# Happy Birthday Koda!



## Melina (Feb 20, 2010)

Today was Koda's Birthday, as well as my Dad's (Also International "Talk Like A Pirate Day"). We don't know his exact Birthday, so we estimated it to be around the time of my Dad's when we got him.

Here's to my boy turning four years old! :birthday: :happyboogie:


----------



## GsdLoverr729 (Jun 20, 2010)

Happy birthday, Koda!!!


----------



## Gharrissc (May 19, 2012)

Happy b-day Koda!


----------



## paulag1955 (Jun 29, 2010)

Happy birthday, beautiful boy.


----------



## MikeyMerciless (Jan 15, 2011)

Happy Birthday boy! And happy birthday to your dad too!


----------



## Mrs.K (Jul 14, 2009)

Happy Birthday. What a drop dead gorgeous boy you are.


----------



## gmcwife1 (Apr 5, 2012)

Happy belated birthday Koda!!


----------



## Melina (Feb 20, 2010)

Thanks everyone, it's much appreciated.
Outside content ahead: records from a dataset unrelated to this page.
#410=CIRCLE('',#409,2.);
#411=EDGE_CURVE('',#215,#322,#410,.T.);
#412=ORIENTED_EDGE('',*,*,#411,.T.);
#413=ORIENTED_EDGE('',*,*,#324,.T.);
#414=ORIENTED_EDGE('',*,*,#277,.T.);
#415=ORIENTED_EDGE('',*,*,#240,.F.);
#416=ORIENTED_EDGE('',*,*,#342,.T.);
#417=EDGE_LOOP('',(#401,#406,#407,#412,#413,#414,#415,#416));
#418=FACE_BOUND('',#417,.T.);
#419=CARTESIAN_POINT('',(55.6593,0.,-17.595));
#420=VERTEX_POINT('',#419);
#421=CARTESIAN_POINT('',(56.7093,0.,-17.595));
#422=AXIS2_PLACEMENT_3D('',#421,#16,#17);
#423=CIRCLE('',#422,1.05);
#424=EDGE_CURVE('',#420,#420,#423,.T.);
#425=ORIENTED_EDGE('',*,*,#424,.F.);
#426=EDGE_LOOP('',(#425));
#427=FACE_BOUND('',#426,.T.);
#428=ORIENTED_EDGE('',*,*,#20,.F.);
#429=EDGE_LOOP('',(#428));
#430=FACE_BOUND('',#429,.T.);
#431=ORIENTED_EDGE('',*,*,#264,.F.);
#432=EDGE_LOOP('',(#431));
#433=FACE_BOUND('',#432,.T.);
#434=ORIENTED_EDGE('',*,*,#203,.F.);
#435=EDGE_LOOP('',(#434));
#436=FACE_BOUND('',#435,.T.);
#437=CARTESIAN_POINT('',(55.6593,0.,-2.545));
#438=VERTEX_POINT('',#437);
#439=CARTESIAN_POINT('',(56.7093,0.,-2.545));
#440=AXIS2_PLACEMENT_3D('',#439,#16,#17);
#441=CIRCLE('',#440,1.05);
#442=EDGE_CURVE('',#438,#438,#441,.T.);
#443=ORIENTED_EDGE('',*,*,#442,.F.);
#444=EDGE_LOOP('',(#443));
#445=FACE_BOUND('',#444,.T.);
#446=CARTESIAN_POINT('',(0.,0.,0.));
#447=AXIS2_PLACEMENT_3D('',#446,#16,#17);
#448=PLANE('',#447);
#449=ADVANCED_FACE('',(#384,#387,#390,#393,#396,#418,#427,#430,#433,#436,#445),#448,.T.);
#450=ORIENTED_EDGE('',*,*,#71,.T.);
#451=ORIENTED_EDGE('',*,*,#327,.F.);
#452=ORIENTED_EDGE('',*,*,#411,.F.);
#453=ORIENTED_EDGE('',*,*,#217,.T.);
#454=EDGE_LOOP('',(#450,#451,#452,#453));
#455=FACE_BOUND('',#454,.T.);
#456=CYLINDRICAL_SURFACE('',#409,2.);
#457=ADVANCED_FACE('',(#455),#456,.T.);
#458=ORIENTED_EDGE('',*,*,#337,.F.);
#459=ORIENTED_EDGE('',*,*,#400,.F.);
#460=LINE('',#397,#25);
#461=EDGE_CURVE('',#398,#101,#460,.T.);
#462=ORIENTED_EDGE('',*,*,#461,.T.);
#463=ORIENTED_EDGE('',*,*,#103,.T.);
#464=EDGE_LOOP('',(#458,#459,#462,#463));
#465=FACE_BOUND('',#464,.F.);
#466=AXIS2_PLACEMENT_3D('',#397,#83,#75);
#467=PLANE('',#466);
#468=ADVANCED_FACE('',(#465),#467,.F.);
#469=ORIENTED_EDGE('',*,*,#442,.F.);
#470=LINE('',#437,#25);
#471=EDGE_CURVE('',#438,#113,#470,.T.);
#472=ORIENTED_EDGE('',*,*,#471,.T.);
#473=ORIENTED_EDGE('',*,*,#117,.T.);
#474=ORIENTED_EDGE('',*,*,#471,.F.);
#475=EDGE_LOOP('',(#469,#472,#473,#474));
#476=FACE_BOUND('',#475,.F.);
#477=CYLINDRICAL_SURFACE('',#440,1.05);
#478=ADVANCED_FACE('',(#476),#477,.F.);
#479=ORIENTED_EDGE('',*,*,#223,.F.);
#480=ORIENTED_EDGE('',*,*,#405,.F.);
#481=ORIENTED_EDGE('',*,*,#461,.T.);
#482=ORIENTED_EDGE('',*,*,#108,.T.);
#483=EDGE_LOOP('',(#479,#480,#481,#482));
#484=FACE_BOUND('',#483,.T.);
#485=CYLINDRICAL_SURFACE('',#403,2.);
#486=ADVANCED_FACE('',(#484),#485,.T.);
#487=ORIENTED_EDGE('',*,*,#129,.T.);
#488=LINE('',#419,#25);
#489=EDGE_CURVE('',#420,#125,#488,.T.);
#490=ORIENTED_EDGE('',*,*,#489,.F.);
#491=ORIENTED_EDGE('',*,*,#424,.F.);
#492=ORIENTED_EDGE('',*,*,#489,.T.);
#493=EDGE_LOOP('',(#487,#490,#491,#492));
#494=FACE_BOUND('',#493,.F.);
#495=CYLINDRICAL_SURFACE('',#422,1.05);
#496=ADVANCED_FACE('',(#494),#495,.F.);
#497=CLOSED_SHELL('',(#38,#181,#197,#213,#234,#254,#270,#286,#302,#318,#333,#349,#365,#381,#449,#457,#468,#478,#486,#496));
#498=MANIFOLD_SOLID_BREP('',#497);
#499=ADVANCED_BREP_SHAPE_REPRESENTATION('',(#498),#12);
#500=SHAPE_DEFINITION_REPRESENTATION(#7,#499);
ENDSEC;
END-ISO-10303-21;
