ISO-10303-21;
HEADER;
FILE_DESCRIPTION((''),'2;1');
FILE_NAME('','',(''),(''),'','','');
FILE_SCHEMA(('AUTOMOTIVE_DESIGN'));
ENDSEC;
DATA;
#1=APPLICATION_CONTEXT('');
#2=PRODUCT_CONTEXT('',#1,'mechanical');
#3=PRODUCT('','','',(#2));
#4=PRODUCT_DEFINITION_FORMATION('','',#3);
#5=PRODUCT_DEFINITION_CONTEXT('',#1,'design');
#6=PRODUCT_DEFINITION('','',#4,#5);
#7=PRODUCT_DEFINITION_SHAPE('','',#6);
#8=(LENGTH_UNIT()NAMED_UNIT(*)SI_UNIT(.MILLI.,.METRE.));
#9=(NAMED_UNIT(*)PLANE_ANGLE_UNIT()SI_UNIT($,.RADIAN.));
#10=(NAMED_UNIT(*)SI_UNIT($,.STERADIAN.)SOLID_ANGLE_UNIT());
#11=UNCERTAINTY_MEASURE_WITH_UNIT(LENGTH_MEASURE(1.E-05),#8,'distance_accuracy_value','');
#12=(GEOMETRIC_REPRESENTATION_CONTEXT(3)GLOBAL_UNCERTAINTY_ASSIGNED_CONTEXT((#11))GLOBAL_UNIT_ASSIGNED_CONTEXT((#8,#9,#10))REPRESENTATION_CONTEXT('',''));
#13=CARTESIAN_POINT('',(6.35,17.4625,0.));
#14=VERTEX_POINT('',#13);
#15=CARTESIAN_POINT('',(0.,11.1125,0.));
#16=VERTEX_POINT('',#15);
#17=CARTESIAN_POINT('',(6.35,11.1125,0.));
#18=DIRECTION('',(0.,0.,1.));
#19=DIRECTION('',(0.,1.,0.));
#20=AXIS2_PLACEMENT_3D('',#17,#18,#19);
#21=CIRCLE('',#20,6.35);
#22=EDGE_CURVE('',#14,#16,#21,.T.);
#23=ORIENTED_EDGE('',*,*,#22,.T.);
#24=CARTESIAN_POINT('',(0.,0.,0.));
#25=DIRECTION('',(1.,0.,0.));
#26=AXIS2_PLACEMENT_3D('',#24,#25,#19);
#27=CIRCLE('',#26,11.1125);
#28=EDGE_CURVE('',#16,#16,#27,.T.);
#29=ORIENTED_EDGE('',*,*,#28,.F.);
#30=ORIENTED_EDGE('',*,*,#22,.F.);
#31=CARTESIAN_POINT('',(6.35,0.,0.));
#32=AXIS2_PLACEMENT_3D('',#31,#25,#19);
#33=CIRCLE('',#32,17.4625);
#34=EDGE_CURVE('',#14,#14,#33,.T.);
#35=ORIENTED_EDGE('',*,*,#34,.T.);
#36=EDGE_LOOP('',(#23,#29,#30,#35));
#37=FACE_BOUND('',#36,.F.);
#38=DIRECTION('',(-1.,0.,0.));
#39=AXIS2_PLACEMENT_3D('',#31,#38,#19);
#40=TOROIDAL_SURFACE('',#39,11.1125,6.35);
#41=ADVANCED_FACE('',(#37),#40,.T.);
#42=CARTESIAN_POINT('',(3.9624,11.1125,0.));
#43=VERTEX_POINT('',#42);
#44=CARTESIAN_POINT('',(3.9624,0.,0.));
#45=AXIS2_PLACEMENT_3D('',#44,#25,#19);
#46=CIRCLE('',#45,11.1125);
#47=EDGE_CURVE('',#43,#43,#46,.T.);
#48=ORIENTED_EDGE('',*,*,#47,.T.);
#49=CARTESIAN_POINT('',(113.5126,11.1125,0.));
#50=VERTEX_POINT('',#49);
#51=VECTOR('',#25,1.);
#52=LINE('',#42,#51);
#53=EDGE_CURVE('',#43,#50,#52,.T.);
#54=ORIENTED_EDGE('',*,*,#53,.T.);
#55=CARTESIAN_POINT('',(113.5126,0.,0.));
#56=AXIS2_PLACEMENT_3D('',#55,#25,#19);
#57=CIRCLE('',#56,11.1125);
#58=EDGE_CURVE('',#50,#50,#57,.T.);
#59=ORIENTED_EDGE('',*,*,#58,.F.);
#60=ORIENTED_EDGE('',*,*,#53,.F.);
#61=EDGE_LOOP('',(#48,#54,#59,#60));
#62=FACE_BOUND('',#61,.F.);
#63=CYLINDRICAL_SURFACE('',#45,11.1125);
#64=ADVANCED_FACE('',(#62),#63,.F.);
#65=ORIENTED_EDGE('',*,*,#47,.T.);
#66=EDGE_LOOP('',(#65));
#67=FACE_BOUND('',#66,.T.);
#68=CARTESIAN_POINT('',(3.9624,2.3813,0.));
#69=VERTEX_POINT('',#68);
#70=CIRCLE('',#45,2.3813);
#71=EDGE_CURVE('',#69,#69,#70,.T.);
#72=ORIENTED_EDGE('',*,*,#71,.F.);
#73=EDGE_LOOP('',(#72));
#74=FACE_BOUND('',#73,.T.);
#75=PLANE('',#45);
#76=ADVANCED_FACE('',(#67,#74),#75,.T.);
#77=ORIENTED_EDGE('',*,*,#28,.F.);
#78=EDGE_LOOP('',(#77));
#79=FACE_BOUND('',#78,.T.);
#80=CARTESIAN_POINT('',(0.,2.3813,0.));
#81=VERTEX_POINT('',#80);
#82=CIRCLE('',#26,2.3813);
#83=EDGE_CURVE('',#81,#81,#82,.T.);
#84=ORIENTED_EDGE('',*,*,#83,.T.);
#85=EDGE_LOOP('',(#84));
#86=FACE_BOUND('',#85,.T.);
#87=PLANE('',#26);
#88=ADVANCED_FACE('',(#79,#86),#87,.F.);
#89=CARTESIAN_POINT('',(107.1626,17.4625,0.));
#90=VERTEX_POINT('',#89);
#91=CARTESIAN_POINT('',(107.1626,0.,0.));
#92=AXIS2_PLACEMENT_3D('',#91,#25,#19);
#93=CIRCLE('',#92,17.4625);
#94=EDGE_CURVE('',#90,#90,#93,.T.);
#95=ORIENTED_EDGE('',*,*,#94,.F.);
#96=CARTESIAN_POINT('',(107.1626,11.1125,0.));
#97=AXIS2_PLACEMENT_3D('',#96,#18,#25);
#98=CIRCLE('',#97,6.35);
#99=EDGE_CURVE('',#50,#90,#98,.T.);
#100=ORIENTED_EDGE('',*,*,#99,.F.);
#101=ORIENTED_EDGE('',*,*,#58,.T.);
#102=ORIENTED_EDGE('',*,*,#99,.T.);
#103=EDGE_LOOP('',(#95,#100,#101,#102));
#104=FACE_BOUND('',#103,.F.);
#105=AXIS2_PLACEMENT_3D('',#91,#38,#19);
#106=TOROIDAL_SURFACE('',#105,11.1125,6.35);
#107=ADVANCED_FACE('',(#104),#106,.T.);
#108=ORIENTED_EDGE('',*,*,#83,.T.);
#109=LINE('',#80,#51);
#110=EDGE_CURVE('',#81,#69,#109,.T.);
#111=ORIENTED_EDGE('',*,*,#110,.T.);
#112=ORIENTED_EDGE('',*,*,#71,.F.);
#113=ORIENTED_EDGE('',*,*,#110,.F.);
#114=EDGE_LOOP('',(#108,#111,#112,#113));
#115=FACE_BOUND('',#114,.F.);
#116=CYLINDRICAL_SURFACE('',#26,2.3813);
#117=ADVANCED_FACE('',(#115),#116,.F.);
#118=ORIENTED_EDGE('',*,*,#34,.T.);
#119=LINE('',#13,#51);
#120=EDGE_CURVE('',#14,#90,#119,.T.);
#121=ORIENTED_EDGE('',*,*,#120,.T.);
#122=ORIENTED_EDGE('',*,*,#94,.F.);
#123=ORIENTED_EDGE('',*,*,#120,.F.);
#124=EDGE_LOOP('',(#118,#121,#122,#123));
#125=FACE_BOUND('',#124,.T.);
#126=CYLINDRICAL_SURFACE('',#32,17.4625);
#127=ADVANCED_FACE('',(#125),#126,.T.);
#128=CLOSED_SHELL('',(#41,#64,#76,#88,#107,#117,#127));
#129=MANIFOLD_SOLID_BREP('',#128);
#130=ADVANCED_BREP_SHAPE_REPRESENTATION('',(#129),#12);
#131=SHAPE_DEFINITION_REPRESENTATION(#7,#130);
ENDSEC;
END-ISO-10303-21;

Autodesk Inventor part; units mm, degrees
ref_plane "YZ Plane" through (0, 0, 0) normal (1, 0, 0) x (0, 1, 0)
ref_plane "XZ Plane" through (0, 0, 0) normal (0, 1, 0) x (-1, 0, 0)
ref_plane "XY Plane" through (0, 0, 0) normal (0, 0, 1) x (1, 0, 0)
sketch "Sketch1" plane through (0, 0, 0) normal (0, 0, 1) x (1, 0, 0)
  line L0 (0, 0) -> (113.5126, 0)
  line L1 (0, 2.3813) -> (3.9624, 2.3813)
  line L2 (3.9624, 2.3813) -> (3.9624, 0)
  line L3 (0, 0) -> (0, 2.3813)
  line L4 (0, 0) -> (0, 11.1125)
  line L5 (6.35, 17.4625) -> (107.1626, 17.4625)
  line L6 (0, 17.4625) -> (0, 11.1125)
  line L7 (3.9624, 11.1125) -> (113.5126, 11.1125)
  line L8 (0, 17.4625) -> (3.9624, 17.4625)
  line L9 (3.9624, 11.1125) -> (3.9624, 2.3813)
  arc A0 (6.35, 17.4625) -> (0, 11.1125) centre (6.35, 11.1125) ccw
  line L10 (113.5126, 11.1125) -> (113.5126, 11.1125)
  arc A1 (113.5126, 11.1125) -> (107.1626, 17.4625) centre (107.1626, 11.1125) ccw
  point P0 (113.5126, 17.4625)
  dimension "d0" = 113.5126
  dimension "d1" = 2.3813
  dimension "d2" = 3.9624
  dimension "d3" = 17.4625
  dimension "d4" = 113.5126
  dimension "d5" = 6.35
  dimension "d6" = 113.5126
  dimension "d7" = 3.9624
  dimension "d8" = 6.35
  dimension "d9" = 6.35
revolve "Revolution1" add sketch "Sketch1" angle 360 about axis through (0, 0, 0) along (1, 0, 0) contours L4 A0 L5 A1 L7 L9 L1
properties part number "Rubber Sleeve"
Unfortunately, we didn't do anything special for his Birthday.  We did go to the Vet today however to have that Sebaceous Cyst checked out again. Vet says it's still not a problem, but we may want to have it removed as it can rupture under the skin and cause inflammation. I think that's what we're going to have done in the next week.


----------